A piece by Joey Mars featuring Harry Kemp
The Outsider Festival Kicks Off Inaugural Event
by Steve Desroches
Al Hansen would have been so proud. One of the founders of fluxus, an international community of artists who explored experimental performance, Hansen once tossed a piano off the roof of a four-story building in Frankfurt, Germany, during an Armed Forces show while he was serving in the 82nd Airborne Division in the late 1940s. It is often considered to be one of the first happenings, a live art performance that is often spontaneous. The piano drops became one of his most famous performance pieces, titled the Yoko Ono Piano Drop, so named for his good friend and fellow fluxus member. So, when Chuck White had an accidental piano drop outside The Commons while preparing for the first Outsider Festival in Provincetown, he took it as a good omen, even though it meant he’d have to repair the piano so that it could be destroyed later.

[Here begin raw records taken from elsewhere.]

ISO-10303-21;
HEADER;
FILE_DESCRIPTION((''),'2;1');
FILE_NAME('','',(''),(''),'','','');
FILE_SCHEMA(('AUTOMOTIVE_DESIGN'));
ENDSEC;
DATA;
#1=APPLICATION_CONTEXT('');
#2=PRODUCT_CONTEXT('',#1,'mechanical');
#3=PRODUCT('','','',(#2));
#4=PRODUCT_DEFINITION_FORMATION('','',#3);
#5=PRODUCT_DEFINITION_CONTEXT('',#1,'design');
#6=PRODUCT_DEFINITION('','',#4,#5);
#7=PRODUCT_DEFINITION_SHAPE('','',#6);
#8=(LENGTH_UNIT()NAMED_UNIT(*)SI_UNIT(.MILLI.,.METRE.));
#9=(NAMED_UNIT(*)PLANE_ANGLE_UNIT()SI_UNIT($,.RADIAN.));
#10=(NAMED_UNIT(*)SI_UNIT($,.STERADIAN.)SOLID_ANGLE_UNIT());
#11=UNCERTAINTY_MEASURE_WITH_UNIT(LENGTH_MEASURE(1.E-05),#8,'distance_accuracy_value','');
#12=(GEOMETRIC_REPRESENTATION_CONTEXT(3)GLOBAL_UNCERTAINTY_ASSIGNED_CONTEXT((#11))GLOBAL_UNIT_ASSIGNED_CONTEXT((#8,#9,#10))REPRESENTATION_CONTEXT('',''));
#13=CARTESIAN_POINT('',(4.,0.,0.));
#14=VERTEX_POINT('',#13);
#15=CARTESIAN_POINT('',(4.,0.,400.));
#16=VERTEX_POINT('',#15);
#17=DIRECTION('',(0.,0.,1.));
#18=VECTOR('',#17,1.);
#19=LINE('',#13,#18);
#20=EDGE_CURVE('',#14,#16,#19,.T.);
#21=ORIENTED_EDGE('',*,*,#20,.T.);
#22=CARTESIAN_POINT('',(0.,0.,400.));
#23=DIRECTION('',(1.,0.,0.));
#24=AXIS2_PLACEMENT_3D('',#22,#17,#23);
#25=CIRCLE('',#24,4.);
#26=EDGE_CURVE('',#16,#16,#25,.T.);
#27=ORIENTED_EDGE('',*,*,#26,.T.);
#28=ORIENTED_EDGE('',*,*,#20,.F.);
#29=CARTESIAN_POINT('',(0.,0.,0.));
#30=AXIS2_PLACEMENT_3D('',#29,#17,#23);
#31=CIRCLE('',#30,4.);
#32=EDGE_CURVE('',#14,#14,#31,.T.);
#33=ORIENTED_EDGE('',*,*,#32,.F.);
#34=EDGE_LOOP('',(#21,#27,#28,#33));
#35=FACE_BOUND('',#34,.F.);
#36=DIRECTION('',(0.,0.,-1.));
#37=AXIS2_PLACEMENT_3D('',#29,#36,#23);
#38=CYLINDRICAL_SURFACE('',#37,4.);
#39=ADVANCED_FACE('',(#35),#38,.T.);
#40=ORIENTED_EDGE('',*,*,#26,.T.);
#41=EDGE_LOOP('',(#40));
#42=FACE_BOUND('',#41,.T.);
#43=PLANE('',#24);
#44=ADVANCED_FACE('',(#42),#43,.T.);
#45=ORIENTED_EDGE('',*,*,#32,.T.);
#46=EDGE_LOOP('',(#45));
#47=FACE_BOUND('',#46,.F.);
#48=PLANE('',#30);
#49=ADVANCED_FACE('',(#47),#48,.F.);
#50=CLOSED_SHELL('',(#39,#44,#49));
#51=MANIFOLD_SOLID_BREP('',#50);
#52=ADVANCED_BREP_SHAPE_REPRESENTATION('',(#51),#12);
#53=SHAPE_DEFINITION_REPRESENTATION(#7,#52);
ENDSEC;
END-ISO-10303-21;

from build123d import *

# Parameters (mm, degrees)
SKETCH_1_R      = 4
EXTRUDE_1_DEPTH = 400


with BuildPart() as part:
    # 草图1 → 凸台-拉伸1 (new body)
    with BuildSketch(Plane.XY):
        Circle(SKETCH_1_R)
    extrude(amount=EXTRUDE_1_DEPTH)


solid = part.part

“I got impatient and thought I could get it off the truck myself,” says White. “As soon as it hit the ground I just laughed. Off course it broke. We started putting it back together just so we can take it apart. Then we made it to the Old Colony in time for last call.”
The Outsider Festival celebrates the art of Provincetown’s past, and present, that rattles the status quo. As its founder, White, whose mind is a veritable switchboard of art and outsider culture, says the whole concept of the festival is driven by that magical sense of synchronicity, serendipity, and community that is at Provincetown’s creative core. As vice president and chief archivist of the David Bieber Archives, a mammoth pop culture, art, and rock and roll collection in Norwood, Massachusetts, White is an indefatigable researcher whose work spills over into Provincetown, a place with which he has long and deep ties. In addition to the above-mentioned cosmic force, kismet came into play when White found an August 24, 1964 issue of Newsweek with an article about a tumultuous time in the art scene in Provincetown that mentions Hansen. That same week he was talking to his friend Adam Epstein, founder of Martha’s Vineyard’s Beach Road Weekend Music Festival, who was excited he landed rock star Beck as his headliner. Unbeknownst to White, Beck’s grandfather was Al Hansen. He took it as a sign and went back to the Newsweek article and read this passage, which planted the seed for the Outsider Festival:
“[Hans] Hoffman, a warm and judicious man, does not like to invoke controversy. But at the opening of the Golden Anniversary show, he said: “I wish the Art Association a long existence and from time to time some healthy troublemakers which hold the creative spirit alive…Representing the healthy troublemakers is Al Hansen, a young New York artist who directs he HCE (Here Comes Everybody) Gallery, Provincetown’s best, and shows his own elegant and witty collages at the more far-out East End Gallery. ‘The Art Association is a great case of arteriosclerosis,’ Hansen says.”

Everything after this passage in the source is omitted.